* [DATASET CONTENT]
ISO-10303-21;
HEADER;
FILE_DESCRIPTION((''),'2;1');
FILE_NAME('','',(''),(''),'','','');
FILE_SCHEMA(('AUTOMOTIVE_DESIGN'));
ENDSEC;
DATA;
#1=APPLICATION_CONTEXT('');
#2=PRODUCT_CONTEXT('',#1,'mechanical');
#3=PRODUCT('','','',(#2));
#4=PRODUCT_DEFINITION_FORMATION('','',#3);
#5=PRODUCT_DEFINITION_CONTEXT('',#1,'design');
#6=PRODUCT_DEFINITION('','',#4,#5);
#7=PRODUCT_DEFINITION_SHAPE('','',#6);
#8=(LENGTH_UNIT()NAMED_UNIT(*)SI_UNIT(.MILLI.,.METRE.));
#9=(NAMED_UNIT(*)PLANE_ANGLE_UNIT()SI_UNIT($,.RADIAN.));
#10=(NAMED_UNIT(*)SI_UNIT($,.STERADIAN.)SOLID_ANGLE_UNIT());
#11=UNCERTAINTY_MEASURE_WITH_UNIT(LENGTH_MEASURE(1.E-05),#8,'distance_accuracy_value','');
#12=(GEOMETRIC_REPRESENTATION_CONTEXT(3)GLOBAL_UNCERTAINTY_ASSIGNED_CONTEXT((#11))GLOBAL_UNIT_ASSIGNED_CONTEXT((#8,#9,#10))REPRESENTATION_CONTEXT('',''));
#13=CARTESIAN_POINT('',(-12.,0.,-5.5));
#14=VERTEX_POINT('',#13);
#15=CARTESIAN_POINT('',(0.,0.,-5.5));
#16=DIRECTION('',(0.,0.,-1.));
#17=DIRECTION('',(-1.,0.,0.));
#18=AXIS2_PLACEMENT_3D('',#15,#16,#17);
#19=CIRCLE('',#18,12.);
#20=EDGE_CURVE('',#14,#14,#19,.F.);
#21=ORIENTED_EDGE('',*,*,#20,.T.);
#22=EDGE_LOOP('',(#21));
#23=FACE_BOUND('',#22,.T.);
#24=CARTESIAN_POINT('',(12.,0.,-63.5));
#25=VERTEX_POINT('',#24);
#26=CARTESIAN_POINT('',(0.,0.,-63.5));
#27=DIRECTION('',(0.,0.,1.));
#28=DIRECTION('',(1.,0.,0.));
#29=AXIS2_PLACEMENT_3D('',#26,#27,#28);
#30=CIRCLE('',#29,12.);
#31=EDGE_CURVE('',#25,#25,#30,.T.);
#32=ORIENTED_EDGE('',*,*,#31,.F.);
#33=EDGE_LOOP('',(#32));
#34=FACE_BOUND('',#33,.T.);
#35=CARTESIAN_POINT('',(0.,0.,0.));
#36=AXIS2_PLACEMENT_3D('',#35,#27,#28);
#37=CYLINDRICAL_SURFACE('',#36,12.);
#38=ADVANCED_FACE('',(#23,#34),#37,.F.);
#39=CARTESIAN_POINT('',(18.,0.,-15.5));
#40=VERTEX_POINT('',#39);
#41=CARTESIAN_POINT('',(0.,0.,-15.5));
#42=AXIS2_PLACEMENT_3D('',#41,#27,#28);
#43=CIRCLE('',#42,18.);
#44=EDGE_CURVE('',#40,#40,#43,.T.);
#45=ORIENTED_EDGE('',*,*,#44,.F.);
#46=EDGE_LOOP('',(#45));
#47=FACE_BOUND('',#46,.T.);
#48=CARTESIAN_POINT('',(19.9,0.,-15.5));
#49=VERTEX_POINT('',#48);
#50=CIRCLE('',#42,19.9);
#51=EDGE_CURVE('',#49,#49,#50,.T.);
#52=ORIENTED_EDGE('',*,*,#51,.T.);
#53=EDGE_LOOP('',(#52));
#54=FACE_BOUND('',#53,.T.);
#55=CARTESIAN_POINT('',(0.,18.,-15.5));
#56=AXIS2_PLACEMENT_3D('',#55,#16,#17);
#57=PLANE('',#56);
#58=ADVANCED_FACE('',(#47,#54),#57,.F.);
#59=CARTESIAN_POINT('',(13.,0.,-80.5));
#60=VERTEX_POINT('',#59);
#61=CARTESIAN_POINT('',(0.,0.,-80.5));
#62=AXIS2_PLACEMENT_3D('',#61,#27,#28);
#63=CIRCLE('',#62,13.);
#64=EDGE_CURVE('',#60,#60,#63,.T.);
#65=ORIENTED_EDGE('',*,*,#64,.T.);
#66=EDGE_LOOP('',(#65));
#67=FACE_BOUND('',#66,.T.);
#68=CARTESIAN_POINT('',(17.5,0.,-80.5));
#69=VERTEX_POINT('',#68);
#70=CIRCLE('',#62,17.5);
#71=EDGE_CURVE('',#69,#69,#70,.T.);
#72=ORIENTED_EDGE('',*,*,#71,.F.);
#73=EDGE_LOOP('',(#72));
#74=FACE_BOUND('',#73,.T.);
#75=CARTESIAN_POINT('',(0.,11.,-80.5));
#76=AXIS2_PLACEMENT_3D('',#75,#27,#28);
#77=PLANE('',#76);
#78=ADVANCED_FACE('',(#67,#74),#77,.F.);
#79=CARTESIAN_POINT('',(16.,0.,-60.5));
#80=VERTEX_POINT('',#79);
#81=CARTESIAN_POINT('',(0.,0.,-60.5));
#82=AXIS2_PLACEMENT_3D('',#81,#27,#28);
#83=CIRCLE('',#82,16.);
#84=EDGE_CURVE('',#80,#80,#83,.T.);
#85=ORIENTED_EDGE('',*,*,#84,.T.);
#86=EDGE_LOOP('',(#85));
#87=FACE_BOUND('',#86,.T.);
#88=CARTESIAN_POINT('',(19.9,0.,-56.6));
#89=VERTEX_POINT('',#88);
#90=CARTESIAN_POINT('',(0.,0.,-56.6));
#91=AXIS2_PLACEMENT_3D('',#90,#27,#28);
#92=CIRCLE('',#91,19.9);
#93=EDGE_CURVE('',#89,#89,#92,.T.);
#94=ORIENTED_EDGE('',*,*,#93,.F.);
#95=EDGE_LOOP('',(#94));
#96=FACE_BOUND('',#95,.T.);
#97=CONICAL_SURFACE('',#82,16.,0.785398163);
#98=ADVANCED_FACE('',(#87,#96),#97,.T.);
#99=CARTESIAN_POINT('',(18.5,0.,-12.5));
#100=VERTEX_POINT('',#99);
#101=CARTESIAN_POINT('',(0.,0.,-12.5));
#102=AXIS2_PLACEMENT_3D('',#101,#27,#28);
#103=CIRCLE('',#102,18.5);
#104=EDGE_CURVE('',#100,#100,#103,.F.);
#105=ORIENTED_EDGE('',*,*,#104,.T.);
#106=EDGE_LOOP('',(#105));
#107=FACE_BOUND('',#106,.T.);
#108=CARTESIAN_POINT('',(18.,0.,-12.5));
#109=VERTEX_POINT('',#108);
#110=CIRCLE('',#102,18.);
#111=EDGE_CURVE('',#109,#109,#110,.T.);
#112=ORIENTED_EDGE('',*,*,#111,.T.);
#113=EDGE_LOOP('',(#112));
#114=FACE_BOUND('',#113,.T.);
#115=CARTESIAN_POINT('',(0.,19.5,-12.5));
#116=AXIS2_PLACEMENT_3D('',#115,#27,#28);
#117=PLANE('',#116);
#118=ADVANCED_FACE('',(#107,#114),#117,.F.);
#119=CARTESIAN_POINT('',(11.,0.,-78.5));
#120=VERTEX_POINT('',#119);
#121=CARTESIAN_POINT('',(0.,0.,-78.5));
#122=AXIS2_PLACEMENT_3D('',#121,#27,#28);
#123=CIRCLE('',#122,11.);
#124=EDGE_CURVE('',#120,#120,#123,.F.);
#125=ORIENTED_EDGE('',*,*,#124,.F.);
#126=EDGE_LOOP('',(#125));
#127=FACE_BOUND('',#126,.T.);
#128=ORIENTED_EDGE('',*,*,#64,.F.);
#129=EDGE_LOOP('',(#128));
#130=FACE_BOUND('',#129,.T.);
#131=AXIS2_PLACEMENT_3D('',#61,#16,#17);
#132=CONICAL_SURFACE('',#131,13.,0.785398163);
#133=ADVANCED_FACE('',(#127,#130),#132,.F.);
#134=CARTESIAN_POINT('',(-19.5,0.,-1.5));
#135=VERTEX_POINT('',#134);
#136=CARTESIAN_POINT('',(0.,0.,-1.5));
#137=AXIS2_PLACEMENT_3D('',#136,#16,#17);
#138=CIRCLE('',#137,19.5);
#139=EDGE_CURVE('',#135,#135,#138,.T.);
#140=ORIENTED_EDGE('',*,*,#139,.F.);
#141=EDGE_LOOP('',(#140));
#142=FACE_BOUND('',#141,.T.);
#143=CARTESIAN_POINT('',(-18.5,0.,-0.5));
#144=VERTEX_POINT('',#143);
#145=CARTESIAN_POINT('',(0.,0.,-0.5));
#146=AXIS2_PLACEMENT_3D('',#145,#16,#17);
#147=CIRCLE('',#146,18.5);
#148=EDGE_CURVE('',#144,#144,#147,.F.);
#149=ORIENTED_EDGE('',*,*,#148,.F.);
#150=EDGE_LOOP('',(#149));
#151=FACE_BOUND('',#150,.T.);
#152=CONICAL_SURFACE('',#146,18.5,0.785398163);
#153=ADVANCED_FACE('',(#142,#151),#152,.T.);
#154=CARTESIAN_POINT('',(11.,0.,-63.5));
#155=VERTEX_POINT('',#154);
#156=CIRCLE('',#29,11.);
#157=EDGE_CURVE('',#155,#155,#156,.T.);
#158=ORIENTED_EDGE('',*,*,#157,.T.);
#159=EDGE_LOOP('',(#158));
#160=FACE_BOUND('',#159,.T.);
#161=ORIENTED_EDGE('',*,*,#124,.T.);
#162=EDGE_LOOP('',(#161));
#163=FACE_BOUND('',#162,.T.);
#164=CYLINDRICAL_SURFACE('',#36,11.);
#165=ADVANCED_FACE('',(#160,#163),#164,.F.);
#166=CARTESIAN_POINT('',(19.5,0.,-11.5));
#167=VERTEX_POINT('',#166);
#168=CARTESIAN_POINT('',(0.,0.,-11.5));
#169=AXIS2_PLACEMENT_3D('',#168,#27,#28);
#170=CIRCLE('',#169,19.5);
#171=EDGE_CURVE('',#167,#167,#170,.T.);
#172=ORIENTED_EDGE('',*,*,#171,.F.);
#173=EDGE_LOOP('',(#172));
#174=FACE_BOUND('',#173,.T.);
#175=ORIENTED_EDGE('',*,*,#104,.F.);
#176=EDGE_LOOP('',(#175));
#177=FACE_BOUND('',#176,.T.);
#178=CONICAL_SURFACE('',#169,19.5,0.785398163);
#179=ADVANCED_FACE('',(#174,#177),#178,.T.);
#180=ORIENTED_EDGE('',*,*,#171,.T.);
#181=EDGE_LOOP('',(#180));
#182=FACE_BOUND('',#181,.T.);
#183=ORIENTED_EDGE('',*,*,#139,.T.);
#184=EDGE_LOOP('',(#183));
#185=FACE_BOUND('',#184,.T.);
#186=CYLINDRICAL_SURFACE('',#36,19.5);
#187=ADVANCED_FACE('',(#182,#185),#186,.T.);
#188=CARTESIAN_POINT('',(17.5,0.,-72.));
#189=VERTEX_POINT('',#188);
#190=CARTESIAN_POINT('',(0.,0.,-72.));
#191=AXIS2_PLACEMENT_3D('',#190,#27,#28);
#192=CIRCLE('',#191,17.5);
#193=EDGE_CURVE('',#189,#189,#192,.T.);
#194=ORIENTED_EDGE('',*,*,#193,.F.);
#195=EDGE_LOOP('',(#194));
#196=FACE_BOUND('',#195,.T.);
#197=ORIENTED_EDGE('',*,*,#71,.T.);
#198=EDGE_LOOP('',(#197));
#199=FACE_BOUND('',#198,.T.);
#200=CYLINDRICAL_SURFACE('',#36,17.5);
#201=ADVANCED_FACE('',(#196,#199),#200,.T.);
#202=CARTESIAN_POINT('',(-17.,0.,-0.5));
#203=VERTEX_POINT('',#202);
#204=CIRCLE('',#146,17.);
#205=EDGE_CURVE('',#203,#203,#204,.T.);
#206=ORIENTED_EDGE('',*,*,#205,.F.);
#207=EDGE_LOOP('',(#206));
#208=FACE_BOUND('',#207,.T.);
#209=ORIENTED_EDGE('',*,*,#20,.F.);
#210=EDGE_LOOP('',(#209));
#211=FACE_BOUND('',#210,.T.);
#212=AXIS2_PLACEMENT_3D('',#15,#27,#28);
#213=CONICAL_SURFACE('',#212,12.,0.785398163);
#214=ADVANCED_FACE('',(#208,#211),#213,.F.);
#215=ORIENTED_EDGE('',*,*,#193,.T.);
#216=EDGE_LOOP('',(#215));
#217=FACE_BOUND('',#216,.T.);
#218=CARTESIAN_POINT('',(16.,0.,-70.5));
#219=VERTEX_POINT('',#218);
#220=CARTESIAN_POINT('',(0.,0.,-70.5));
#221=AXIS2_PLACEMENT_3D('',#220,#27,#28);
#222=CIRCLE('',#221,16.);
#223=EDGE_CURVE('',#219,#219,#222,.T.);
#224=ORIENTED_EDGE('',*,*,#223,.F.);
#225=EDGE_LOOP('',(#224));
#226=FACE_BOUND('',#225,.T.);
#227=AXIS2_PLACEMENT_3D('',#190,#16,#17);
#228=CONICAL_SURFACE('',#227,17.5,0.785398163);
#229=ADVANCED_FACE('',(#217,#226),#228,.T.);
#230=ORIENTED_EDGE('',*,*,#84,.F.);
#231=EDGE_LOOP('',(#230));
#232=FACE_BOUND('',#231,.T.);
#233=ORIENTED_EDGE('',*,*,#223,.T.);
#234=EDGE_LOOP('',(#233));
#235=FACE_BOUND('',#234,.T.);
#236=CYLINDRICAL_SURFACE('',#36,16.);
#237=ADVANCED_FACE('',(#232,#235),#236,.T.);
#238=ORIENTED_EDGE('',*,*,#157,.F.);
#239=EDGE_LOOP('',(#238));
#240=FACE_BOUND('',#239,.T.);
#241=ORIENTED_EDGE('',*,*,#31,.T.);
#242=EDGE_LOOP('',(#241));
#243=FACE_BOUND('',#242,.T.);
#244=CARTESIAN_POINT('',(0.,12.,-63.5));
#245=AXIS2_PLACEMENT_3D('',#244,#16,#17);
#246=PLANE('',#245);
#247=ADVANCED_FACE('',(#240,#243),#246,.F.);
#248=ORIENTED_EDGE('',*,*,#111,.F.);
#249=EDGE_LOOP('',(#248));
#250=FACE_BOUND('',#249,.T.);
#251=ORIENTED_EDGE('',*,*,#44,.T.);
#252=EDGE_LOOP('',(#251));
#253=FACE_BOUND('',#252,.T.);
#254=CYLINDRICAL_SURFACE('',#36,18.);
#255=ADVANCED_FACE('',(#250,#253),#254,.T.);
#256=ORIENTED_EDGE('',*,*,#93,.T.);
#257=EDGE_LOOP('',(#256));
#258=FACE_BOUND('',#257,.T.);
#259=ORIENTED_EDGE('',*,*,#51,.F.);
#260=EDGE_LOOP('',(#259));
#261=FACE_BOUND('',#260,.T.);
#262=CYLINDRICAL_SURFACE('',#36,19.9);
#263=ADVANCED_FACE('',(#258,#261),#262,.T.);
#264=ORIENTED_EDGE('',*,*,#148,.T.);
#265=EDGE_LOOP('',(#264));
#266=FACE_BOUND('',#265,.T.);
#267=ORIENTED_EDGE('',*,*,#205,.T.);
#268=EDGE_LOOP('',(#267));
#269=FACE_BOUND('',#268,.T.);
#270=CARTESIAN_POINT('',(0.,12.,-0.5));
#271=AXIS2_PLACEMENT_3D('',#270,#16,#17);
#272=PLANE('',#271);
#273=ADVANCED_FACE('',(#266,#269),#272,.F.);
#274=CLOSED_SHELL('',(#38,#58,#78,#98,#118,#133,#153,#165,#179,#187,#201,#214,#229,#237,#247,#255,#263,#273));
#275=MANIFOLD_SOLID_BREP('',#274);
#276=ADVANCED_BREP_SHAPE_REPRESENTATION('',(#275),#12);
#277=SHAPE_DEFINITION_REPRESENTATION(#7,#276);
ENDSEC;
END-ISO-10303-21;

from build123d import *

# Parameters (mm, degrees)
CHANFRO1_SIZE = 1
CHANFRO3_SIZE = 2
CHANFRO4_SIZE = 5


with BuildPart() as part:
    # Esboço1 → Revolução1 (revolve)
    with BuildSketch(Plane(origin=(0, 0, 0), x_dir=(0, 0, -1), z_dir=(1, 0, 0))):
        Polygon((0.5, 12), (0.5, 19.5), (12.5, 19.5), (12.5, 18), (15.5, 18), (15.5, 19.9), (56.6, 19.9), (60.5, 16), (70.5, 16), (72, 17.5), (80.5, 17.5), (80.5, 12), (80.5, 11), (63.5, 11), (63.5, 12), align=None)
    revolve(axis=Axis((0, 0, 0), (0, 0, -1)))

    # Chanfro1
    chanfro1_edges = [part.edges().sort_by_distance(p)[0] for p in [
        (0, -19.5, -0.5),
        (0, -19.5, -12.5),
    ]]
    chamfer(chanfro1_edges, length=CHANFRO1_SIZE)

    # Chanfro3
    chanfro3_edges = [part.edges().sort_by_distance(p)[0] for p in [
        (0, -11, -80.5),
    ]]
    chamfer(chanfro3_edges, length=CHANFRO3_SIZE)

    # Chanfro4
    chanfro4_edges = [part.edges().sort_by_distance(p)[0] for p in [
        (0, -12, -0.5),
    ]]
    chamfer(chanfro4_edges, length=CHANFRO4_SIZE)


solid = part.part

* [AIM OF THE EXERCISE] Take the listing above from its first line through the line containing "#27=DIRECTION('',(0.,0.,1.));", and transcribe that stretch exactly, with no other lines.

* [RESULT FOR THIS TASK]
ISO-10303-21;
HEADER;
FILE_DESCRIPTION((''),'2;1');
FILE_NAME('','',(''),(''),'','','');
FILE_SCHEMA(('AUTOMOTIVE_DESIGN'));
ENDSEC;
DATA;
#1=APPLICATION_CONTEXT('');
#2=PRODUCT_CONTEXT('',#1,'mechanical');
#3=PRODUCT('','','',(#2));
#4=PRODUCT_DEFINITION_FORMATION('','',#3);
#5=PRODUCT_DEFINITION_CONTEXT('',#1,'design');
#6=PRODUCT_DEFINITION('','',#4,#5);
#7=PRODUCT_DEFINITION_SHAPE('','',#6);
#8=(LENGTH_UNIT()NAMED_UNIT(*)SI_UNIT(.MILLI.,.METRE.));
#9=(NAMED_UNIT(*)PLANE_ANGLE_UNIT()SI_UNIT($,.RADIAN.));
#10=(NAMED_UNIT(*)SI_UNIT($,.STERADIAN.)SOLID_ANGLE_UNIT());
#11=UNCERTAINTY_MEASURE_WITH_UNIT(LENGTH_MEASURE(1.E-05),#8,'distance_accuracy_value','');
#12=(GEOMETRIC_REPRESENTATION_CONTEXT(3)GLOBAL_UNCERTAINTY_ASSIGNED_CONTEXT((#11))GLOBAL_UNIT_ASSIGNED_CONTEXT((#8,#9,#10))REPRESENTATION_CONTEXT('',''));
#13=CARTESIAN_POINT('',(-12.,0.,-5.5));
#14=VERTEX_POINT('',#13);
#15=CARTESIAN_POINT('',(0.,0.,-5.5));
#16=DIRECTION('',(0.,0.,-1.));
#17=DIRECTION('',(-1.,0.,0.));
#18=AXIS2_PLACEMENT_3D('',#15,#16,#17);
#19=CIRCLE('',#18,12.);
#20=EDGE_CURVE('',#14,#14,#19,.F.);
#21=ORIENTED_EDGE('',*,*,#20,.T.);
#22=EDGE_LOOP('',(#21));
#23=FACE_BOUND('',#22,.T.);
#24=CARTESIAN_POINT('',(12.,0.,-63.5));
#25=VERTEX_POINT('',#24);
#26=CARTESIAN_POINT('',(0.,0.,-63.5));
#27=DIRECTION('',(0.,0.,1.));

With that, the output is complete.